### PROBLEM TO SOLVE:
Below are some records. How many of their lines contain the string "BuildPart"? Answer with the number alone.

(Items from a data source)
↓

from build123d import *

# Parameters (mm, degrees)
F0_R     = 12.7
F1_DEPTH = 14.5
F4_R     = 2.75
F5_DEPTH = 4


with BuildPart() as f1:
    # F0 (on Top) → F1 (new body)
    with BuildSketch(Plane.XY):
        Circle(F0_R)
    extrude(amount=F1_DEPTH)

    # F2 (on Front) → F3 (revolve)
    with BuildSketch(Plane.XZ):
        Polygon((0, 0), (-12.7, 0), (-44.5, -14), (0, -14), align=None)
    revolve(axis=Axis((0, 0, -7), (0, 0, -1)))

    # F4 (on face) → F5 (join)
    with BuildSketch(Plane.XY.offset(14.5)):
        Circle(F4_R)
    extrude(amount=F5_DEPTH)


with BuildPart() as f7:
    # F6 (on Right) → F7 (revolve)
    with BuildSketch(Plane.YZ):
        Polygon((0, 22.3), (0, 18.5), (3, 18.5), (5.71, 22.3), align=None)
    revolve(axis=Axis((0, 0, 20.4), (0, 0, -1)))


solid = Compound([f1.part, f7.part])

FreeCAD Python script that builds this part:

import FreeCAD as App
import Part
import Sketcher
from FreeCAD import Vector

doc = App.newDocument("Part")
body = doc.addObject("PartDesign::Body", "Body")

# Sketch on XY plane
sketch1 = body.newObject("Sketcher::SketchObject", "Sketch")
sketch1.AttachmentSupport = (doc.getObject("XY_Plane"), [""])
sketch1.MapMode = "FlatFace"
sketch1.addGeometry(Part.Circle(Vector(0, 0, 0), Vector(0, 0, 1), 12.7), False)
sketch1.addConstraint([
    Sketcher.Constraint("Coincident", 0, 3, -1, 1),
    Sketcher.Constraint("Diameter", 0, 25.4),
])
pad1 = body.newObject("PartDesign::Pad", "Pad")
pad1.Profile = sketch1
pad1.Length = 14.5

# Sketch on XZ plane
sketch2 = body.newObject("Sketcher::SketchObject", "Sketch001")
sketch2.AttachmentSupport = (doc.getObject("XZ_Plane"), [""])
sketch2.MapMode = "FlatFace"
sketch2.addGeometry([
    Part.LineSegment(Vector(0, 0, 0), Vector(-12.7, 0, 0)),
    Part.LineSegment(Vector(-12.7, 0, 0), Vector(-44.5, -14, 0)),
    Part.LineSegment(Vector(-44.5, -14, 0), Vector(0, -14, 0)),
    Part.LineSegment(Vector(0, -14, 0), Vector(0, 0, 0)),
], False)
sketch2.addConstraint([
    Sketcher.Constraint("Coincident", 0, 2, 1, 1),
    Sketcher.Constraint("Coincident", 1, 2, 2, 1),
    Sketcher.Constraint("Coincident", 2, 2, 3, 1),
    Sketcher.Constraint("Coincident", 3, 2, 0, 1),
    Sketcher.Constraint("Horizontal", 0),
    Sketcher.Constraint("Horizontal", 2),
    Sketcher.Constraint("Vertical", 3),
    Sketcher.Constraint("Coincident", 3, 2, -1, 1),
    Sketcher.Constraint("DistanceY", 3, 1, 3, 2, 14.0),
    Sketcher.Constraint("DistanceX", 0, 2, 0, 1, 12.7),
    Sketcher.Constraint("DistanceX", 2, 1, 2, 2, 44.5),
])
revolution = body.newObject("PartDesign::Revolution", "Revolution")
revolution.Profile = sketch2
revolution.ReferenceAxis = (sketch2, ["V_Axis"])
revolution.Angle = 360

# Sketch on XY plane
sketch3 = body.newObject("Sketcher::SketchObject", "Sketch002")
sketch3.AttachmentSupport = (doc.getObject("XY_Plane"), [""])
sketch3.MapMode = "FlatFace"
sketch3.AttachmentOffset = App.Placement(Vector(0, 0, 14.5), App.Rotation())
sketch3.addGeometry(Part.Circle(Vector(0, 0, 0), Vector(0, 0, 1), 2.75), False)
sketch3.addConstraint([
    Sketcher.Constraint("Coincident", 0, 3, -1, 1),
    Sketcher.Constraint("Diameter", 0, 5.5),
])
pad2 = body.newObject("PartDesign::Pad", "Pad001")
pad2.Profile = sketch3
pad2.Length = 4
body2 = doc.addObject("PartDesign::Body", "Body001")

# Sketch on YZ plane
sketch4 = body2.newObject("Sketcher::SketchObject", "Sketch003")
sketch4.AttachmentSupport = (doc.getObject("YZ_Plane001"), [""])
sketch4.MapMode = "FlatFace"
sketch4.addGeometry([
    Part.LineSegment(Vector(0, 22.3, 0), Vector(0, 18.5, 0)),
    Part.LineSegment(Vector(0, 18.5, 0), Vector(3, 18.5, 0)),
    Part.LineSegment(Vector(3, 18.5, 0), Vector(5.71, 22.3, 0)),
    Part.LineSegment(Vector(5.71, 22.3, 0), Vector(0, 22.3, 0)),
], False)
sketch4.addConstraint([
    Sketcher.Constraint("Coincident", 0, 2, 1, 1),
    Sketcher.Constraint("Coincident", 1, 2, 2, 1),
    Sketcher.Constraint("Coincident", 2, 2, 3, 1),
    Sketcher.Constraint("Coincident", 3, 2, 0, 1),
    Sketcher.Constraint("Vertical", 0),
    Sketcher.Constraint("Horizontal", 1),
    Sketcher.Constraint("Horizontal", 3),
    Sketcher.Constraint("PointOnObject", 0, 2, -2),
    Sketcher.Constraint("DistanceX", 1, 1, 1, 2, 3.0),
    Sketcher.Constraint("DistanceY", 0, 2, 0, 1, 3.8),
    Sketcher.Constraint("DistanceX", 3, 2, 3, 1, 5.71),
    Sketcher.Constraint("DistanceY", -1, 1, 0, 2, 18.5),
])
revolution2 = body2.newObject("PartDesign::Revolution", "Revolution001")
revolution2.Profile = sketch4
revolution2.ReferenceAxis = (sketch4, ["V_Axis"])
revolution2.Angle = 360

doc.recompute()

↑

### REPLY:
2